ゲイをカミングアウトし、活躍しているプロボクサーがプエルトリコにいる。

彼の名は「オーランド・クルス」。

彼の話をする前にプエルトリコについて少し触れておく。メキシコの東側、カリブ海に島が並んでいる。カストロの死去で話題になっている社会主義国のキューバ、その隣に野球が盛んなドミニカ共和国、その東側にある四国の半分程度の島がプエルトリコである。

国ではなくアメリカの自治州、つまりアメリカの正式な州ではない。住民にはアメリカに合衆国連邦税(所得税)の納税義務はないけれど 大統領選挙の投票権もない。サイパンと同じである。あくまでアメリカの領土という位置づけで、今後、州になるのかどうかは以前から言われているが、現在のプエルトリコの財政危機は深刻で、なかなか難しい。
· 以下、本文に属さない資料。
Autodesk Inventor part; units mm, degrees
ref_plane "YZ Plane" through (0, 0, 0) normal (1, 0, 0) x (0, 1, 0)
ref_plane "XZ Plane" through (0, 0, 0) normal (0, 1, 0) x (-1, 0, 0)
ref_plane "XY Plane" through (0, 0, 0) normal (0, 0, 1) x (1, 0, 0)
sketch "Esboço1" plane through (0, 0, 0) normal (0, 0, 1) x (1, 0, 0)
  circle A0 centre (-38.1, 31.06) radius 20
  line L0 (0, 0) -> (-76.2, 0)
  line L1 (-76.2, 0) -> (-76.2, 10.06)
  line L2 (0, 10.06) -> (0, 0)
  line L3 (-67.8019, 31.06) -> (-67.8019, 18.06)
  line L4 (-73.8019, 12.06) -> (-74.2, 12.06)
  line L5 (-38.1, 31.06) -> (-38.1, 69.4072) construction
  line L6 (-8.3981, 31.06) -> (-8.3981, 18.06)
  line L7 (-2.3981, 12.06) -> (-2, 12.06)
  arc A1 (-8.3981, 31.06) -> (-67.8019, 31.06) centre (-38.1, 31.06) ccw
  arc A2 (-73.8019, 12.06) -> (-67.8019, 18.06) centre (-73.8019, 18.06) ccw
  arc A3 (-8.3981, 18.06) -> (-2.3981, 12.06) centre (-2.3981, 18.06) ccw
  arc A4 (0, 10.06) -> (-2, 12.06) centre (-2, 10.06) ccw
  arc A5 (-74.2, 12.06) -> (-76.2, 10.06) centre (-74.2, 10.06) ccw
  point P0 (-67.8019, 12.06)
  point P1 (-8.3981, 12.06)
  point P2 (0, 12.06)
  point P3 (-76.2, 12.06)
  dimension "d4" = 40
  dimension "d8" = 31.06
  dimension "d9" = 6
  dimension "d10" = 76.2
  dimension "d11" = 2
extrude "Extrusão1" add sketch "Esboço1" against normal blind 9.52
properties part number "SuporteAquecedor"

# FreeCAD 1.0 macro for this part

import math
import FreeCAD as App
import Part
import Sketcher

V = App.Vector

doc = App.newDocument("Part")
body = doc.addObject("PartDesign::Body", "Body")

# Sketch on XY plane
sketch1 = body.newObject("Sketcher::SketchObject", "Sketch")
sketch1.AttachmentSupport = (doc.getObject("XY_Plane"), [""])
sketch1.MapMode = "FlatFace"
sketch1.addGeometry([
    Part.LineSegment(V(-76.2, 0, 0), V(0, 0, 0)),  # 0
    Part.LineSegment(V(0, 0, 0), V(0, 10.06, 0)),  # 1
    Part.ArcOfCircle(Part.Circle(V(-2, 10.06, 0), V(0, 0, 1), 2), math.radians(0), math.radians(90)),  # 2
    Part.LineSegment(V(-2, 12.06, 0), V(-2.3981, 12.06, 0)),  # 3
    Part.ArcOfCircle(Part.Circle(V(-2.3981, 18.06, 0), V(0, 0, 1), 6), math.radians(180), math.radians(270)),  # 4
    Part.LineSegment(V(-8.3981, 18.06, 0), V(-8.3981, 31.06, 0)),  # 5
    Part.ArcOfCircle(Part.Circle(V(-38.1, 31.06, 0), V(0, 0, 1), 29.7019), math.radians(0), math.radians(180)),  # 6
    Part.LineSegment(V(-67.8019, 31.06, 0), V(-67.8019, 18.06, 0)),  # 7
    Part.ArcOfCircle(Part.Circle(V(-73.8019, 18.06, 0), V(0, 0, 1), 6), math.radians(-90), math.radians(0)),  # 8
    Part.LineSegment(V(-73.8019, 12.06, 0), V(-74.2, 12.06, 0)),  # 9
    Part.ArcOfCircle(Part.Circle(V(-74.2, 10.06, 0), V(0, 0, 1), 2), math.radians(90), math.radians(180)),  # 10
    Part.LineSegment(V(-76.2, 10.06, 0), V(-76.2, 0, 0)),  # 11
    Part.Circle(V(-38.1, 31.06, 0), V(0, 0, 1), 20),  # 12
], False)
sketch1.addConstraint([
    Sketcher.Constraint("Coincident", 0, 2, 1, 1),
    Sketcher.Constraint("Tangent", 1, 2, 2, 1),
    Sketcher.Constraint("Tangent", 2, 2, 3, 1),
    Sketcher.Constraint("Tangent", 3, 2, 4, 2),
    Sketcher.Constraint("Tangent", 4, 1, 5, 1),
    Sketcher.Constraint("Tangent", 5, 2, 6, 1),
    Sketcher.Constraint("Tangent", 6, 2, 7, 1),
    Sketcher.Constraint("Tangent", 7, 2, 8, 2),
    Sketcher.Constraint("Tangent", 8, 1, 9, 1),
    Sketcher.Constraint("Tangent", 9, 2, 10, 1),
    Sketcher.Constraint("Tangent", 10, 2, 11, 1),
    Sketcher.Constraint("Coincident", 11, 2, 0, 1),
    Sketcher.Constraint("Horizontal", 0),
    Sketcher.Constraint("Vertical", 1),
    Sketcher.Constraint("Horizontal", 3),
    Sketcher.Constraint("Vertical", 5),
    Sketcher.Constraint("Vertical", 7),
    Sketcher.Constraint("Horizontal", 9),
    Sketcher.Constraint("Vertical", 11),
    Sketcher.Constraint("Coincident", 0, 2, -1, 1),
    Sketcher.Constraint("Coincident", 12, 3, 6, 3),
    Sketcher.Constraint("Equal", 4, 8),
    Sketcher.Constraint("Equal", 2, 10),
    Sketcher.Constraint("Horizontal", 4, 3, 8, 3),
    Sketcher.Constraint("Equal", 3, 9),
    Sketcher.Constraint("Diameter", 12, 40.0),
    Sketcher.Constraint("Radius", 2, 2.0),
    Sketcher.Constraint("Radius", 4, 6.0),
    Sketcher.Constraint("DistanceX", 0, 1, 0, 2, 76.2),
    Sketcher.Constraint("DistanceY", 5, 1, 5, 2, 13.0),
    Sketcher.Constraint("DistanceY", -1, 1, 6, 3, 31.06),
    Sketcher.Constraint("Radius", 6, 29.702),
])
pad1 = body.newObject("PartDesign::Pad", "Pad")
pad1.Profile = sketch1
pad1.Length = 9.52
pad1.Reversed = True

doc.recompute()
今回の大統領選でも、プエルトリコの問題は争点の一つになった。

このプエルトリコではLGBTに関しても物議を醸し出している。昨年、アメリカの連邦最高裁判所が同性婚を認める判決を出したが、プエルトリコの連邦裁判官がアメリカの最高裁の判決は、プエルトリコには当てはまらないので違法と下したのである。その判決に対し、プエルトリコの知事はプエルトリコでの同性婚は合法だと発言したので更にニュースは世界を駆け巡った。ちなみに現在、プエルトリコ自治州の法律では同性婚は禁じられている。9割近くがキリスト教徒であるプエルトリコではLGBTに対する風あたりは強いのである。

そんな状況の中から出てきたのがゲイのプロボクサー「オーランド・クルス」だった。日本でも話題になったトランスジェンダーのムエタイの格闘家はいるが、プロボクシング界でゲイをカミングアウトした選手は初めてなのではなかろうか。
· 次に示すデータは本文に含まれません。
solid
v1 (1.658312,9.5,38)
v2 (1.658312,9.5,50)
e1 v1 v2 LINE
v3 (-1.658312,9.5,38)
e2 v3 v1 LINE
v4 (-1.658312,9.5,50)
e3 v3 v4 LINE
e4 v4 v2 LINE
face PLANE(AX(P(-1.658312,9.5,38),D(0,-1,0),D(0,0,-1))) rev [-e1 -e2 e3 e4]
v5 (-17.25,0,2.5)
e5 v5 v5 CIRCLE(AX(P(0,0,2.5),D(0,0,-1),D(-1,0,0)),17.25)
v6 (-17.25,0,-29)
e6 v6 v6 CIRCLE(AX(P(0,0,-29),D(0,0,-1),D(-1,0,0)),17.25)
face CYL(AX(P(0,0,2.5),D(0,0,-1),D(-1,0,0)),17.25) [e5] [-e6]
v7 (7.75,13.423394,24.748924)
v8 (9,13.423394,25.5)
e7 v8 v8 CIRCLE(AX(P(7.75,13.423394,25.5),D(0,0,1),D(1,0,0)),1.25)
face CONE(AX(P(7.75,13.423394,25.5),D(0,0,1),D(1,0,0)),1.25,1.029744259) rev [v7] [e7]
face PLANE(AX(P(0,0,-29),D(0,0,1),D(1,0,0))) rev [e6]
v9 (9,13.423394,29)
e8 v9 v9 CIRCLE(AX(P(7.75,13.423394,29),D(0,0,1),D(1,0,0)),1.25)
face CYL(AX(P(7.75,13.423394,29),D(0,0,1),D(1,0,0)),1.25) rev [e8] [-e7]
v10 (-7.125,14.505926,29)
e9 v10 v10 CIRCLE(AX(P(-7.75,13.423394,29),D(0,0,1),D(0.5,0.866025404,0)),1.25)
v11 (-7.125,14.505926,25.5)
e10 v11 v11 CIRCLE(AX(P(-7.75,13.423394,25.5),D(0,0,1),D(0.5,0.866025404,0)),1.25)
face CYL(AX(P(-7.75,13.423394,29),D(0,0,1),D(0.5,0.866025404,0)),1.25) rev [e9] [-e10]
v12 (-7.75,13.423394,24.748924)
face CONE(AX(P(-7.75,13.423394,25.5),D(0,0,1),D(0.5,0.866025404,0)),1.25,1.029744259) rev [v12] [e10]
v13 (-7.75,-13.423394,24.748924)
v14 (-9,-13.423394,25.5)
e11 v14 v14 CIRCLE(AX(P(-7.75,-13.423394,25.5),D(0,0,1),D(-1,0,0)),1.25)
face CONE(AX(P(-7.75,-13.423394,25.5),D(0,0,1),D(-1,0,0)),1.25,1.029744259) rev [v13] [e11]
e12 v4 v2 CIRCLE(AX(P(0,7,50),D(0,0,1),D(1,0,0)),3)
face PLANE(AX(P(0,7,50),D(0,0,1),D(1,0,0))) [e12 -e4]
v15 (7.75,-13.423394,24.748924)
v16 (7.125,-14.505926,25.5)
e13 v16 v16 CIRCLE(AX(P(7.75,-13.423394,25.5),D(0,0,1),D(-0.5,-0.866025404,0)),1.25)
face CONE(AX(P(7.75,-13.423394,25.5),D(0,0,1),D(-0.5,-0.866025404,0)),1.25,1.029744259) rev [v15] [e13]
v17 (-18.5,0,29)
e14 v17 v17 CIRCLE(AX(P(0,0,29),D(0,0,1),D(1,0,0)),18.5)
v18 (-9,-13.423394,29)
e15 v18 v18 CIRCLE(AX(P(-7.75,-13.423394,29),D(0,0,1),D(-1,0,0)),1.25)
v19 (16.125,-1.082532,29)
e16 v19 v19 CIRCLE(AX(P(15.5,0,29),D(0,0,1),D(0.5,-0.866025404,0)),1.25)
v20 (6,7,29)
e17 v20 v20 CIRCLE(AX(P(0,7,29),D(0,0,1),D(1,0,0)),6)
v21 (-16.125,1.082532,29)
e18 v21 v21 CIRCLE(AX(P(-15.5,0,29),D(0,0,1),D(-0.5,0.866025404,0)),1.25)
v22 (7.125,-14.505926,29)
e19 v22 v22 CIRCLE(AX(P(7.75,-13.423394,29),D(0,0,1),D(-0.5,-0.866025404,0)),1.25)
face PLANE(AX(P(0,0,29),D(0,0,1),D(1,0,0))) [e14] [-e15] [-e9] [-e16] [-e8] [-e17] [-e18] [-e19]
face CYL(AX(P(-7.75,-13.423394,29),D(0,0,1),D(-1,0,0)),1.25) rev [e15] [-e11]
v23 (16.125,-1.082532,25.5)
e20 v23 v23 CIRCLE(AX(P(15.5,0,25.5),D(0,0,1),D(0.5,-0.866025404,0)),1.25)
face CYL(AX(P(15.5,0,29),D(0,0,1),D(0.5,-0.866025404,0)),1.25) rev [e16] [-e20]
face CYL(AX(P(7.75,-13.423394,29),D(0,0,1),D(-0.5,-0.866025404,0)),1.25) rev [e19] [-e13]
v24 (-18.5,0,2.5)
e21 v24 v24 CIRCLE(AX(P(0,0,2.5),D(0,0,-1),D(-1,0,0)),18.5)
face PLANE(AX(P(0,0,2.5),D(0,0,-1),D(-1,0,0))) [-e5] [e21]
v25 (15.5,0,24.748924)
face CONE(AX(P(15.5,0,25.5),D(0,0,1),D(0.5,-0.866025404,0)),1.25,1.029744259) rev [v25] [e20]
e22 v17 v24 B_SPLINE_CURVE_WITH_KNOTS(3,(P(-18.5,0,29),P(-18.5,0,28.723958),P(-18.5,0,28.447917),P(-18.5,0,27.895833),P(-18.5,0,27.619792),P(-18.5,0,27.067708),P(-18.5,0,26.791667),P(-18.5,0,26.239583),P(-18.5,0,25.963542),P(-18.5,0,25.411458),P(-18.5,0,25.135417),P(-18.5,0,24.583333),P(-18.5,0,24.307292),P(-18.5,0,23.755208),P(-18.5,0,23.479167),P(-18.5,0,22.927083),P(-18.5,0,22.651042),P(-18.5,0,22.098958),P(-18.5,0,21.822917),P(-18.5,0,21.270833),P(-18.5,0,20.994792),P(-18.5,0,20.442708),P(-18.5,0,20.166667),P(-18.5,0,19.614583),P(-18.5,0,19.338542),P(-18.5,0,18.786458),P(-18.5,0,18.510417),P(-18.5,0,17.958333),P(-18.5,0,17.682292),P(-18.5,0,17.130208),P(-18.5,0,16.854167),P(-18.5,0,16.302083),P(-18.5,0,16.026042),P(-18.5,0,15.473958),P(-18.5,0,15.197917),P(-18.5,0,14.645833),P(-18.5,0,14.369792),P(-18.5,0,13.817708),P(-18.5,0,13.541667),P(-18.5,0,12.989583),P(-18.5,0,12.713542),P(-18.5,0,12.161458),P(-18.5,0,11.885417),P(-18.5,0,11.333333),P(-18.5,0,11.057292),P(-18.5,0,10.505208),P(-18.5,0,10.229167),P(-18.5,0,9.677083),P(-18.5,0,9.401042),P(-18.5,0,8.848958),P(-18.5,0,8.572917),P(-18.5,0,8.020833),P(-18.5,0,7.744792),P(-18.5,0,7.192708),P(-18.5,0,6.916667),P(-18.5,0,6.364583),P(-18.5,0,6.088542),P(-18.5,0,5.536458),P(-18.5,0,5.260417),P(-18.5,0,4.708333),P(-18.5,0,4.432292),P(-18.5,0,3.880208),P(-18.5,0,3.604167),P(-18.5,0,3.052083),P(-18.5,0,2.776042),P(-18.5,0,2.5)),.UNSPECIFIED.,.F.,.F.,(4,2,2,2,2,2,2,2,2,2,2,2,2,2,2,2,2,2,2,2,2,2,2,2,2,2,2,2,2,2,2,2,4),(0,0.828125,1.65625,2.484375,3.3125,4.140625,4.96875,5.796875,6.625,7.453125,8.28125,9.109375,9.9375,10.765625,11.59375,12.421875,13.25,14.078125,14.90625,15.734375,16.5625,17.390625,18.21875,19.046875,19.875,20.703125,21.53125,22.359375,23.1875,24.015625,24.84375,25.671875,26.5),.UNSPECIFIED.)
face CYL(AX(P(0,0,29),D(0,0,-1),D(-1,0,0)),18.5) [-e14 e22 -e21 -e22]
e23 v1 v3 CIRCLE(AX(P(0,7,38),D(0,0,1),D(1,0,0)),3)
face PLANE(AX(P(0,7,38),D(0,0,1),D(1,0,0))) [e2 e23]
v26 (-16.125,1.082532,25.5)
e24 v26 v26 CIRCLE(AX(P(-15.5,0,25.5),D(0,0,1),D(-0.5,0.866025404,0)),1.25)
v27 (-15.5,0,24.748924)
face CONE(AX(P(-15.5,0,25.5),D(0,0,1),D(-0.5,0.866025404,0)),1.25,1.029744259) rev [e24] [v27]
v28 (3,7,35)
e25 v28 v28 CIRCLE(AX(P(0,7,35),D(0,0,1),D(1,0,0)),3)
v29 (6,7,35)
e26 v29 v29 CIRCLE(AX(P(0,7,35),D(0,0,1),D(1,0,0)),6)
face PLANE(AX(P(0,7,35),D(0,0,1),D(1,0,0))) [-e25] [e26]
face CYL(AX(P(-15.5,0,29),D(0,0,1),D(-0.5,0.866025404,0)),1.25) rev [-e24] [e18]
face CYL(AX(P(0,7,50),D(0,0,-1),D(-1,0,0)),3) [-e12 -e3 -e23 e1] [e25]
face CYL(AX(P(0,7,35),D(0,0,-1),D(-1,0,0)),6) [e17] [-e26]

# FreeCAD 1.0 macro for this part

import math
import FreeCAD as App
import Part
import Sketcher
from FreeCAD import Vector
Q = App.Units.Quantity

doc = App.newDocument("Part")
body = doc.addObject("PartDesign::Body", "Body")

# Sketch on XY plane
sketch1 = body.newObject("Sketcher::SketchObject", "Sketch")
sketch1.AttachmentSupport = (doc.getObject("XY_Plane"), [""])
sketch1.MapMode = "FlatFace"
sketch1.addGeometry(Part.Circle(Vector(0, 0, 0), Vector(0, 0, 1), 18), False)
sketch1.addConstraint(Sketcher.Constraint("Coincident", 0, 3, -1, 1))
sketch1.addConstraint(Sketcher.Constraint("Diameter", 0, Q("37 mm")))
pad1 = body.newObject("PartDesign::Pad", "Pad")
pad1.Profile = sketch1
pad1.Length = 58
pad1.Midplane = True

# Sketch on XY plane
sketch2 = body.newObject("Sketcher::SketchObject", "Sketch001")
sketch2.AttachmentSupport = (doc.getObject("XY_Plane"), [""])
sketch2.MapMode = "FlatFace"
sketch2.AttachmentOffset = App.Placement(Vector(0, 0, 2.5), App.Rotation())
sketch2.addGeometry(Part.Circle(Vector(0, 0, 0), Vector(0, 0, 1), 18), False)
sketch2.addGeometry(Part.Circle(Vector(0, 0, 0), Vector(0, 0, 1), 17), False)
sketch2.addConstraint(Sketcher.Constraint("Coincident", 0, 3, -1, 1))
sketch2.addConstraint(Sketcher.Constraint("Coincident", 1, 3, -1, 1))
sketch2.addConstraint(Sketcher.Constraint("Diameter", 0, Q("37 mm")))
sketch2.addConstraint(Sketcher.Constraint("Diameter", 1, Q("34.5 mm")))
pocket1 = body.newObject("PartDesign::Pocket", "Pocket")
pocket1.Profile = sketch2
pocket1.Length = 31.5

# Sketch on XY plane
sketch3 = body.newObject("Sketcher::SketchObject", "Sketch002")
sketch3.AttachmentSupport = (doc.getObject("XY_Plane"), [""])
sketch3.MapMode = "FlatFace"
sketch3.AttachmentOffset = App.Placement(Vector(0, 0, 29), App.Rotation())
sketch3.addGeometry(Part.Circle(Vector(0, 7, 0), Vector(0, 0, 1), 6), False)
sketch3.addConstraint(Sketcher.Constraint("PointOnObject", 0, 3, -2))
sketch3.addConstraint(Sketcher.Constraint("Diameter", 0, Q("12 mm")))
sketch3.addConstraint(Sketcher.Constraint("DistanceY", -1, 1, 0, 3, Q("7 mm")))
pad2 = body.newObject("PartDesign::Pad", "Pad001")
pad2.Profile = sketch3
pad2.Length = 6

# Sketch on XY plane
sketch4 = body.newObject("Sketcher::SketchObject", "Sketch003")
sketch4.AttachmentSupport = (doc.getObject("XY_Plane"), [""])
sketch4.MapMode = "FlatFace"
sketch4.AttachmentOffset = App.Placement(Vector(0, 0, 35), App.Rotation())
sketch4.addGeometry(Part.Circle(Vector(0, 7, 0), Vector(0, 0, 1), 3), False)
sketch4.addConstraint(Sketcher.Constraint("PointOnObject", 0, 3, -2))
sketch4.addConstraint(Sketcher.Constraint("Diameter", 0, Q("6 mm")))
sketch4.addConstraint(Sketcher.Constraint("DistanceY", -1, 1, 0, 3, Q("7 mm")))
pad3 = body.newObject("PartDesign::Pad", "Pad002")
pad3.Profile = sketch4
pad3.Length = 15

# Sketch on XY plane
sketch5 = body.newObject("Sketcher::SketchObject", "Sketch004")
sketch5.AttachmentSupport = (doc.getObject("XY_Plane"), [""])
sketch5.MapMode = "FlatFace"
sketch5.AttachmentOffset = App.Placement(Vector(0, 0, 38), App.Rotation())
sketch5.addGeometry(Part.LineSegment(Vector(-1.7, 9.5, 0), Vector(1.7, 9.5, 0)), False)
sketch5.addGeometry(Part.ArcOfCircle(Part.Circle(Vector(0, 7, 0), Vector(0, 0, 1), 3), math.radians(56), math.radians(124)), False)
sketch5.addConstraint(Sketcher.Constraint("Coincident", 0, 1, 1, 2))
sketch5.addConstraint(Sketcher.Constraint("Coincident", 1, 1, 0, 2))
sketch5.addConstraint(Sketcher.Constraint("Horizontal", 0))
sketch5.addConstraint(Sketcher.Constraint("PointOnObject", 1, 3, -2))
sketch5.addConstraint(Sketcher.Constraint("Radius", 1, Q("3 mm")))
sketch5.addConstraint(Sketcher.Constraint("DistanceY", -1, 1, 1, 3, Q("7 mm")))
sketch5.addConstraint(Sketcher.Constraint("DistanceY", -1, 1, 0, 1, Q("9.5 mm")))
pocket2 = body.newObject("PartDesign::Pocket", "Pocket001")
pocket2.Profile = sketch5
pocket2.Length = 12
pocket2.Reversed = True

# Sketch on YZ plane
sketch6 = body.newObject("Sketcher::SketchObject", "Sketch005")
sketch6.AttachmentSupport = (doc.getObject("YZ_Plane"), [""])
sketch6.MapMode = "FlatFace"
sketch6.AttachmentOffset = App.Placement(Vector(0, 0, 7.75), App.Rotation())
sketch6.addGeometry(Part.LineSegment(Vector(13.4, 24.7, 0), Vector(13.4, 29, 0)), False)
sketch6.addGeometry(Part.LineSegment(Vector(13.4, 29, 0), Vector(12.2, 29, 0)), False)
sketch6.addGeometry(Part.LineSegment(Vector(12.2, 29, 0), Vector(12.2, 25.5, 0)), False)
sketch6.addGeometry(Part.LineSegment(Vector(12.2, 25.5, 0), Vector(13.4, 24.7, 0)), False)
sketch6.addGeometry(Part.LineSegment(Vector(13.4, 29, 0), Vector(13.4, 24.7, 0)), True)  # axis
sketch6.addConstraint(Sketcher.Constraint("Coincident", 0, 2, 1, 1))
sketch6.addConstraint(Sketcher.Constraint("Coincident", 1, 2, 2, 1))
sketch6.addConstraint(Sketcher.Constraint("Coincident", 2, 2, 3, 1))
sketch6.addConstraint(Sketcher.Constraint("Coincident", 3, 2, 0, 1))
sketch6.addConstraint(Sketcher.Constraint("Vertical", 0))
sketch6.addConstraint(Sketcher.Constraint("Horizontal", 1))
sketch6.addConstraint(Sketcher.Constraint("Vertical", 2))
sketch6.addConstraint(Sketcher.Constraint("Vertical", 4))
sketch6.addConstraint(Sketcher.Constraint("Coincident", 4, 1, 0, 2))
sketch6.addConstraint(Sketcher.Constraint("Equal", 0, 4))
sketch6.addConstraint(Sketcher.Constraint("Angle", 3, Q("-31 deg")))
sketch6.addConstraint(Sketcher.Constraint("DistanceY", 2, 2, 2, 1, Q("3.5 mm")))
sketch6.addConstraint(Sketcher.Constraint("DistanceY", -1, 1, 0, 2, Q("29 mm")))
sketch6.addConstraint(Sketcher.Constraint("DistanceX", 1, 2, 1, 1, Q("1.25 mm")))
sketch6.addConstraint(Sketcher.Constraint("DistanceX", -1, 1, 0, 2, Q("13.423394 mm")))
groove = body.newObject("PartDesign::Groove", "Groove")
groove.Profile = sketch6
groove.ReferenceAxis = (sketch6, ["Axis0"])
groove.Angle = 360
doc.recompute()

polarpattern = body.newObject("PartDesign::PolarPattern", "PolarPattern")
polarpattern.Originals = [groove]
polarpattern.Axis = (doc.getObject("Z_Axis"), [""])
polarpattern.Angle = 360
polarpattern.Occurrences = 6
body.Tip = polarpattern

doc.recompute()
ボクシング界のLGBTに関しては、フィリピンに8階級制覇したプロボクサーで政治家の「バッキャオ」が「同性愛者は動物以下だ」と発言したことが記憶に新しい。この発言が原因で彼は長年スポンサーだったナイキから契約を打ち切られた。オーランド・クルスも批判し、結局、バッキャオは発言を撤回した。

さて、そんなオーランド・クルスがWBO世界ライト級のチャンピオンに臨むことになり、ゲイのプロボクサーとして史上初の世界チャンピオンが生まれるかもしれないと注目されたのである。相手となる現在のチャンピオンはイギリスのテリー・フラナガン。彼は会見で自身の妹がレズビアンであることを述べ、オーランド・クルスの性に対し、理解と敬意を述べた。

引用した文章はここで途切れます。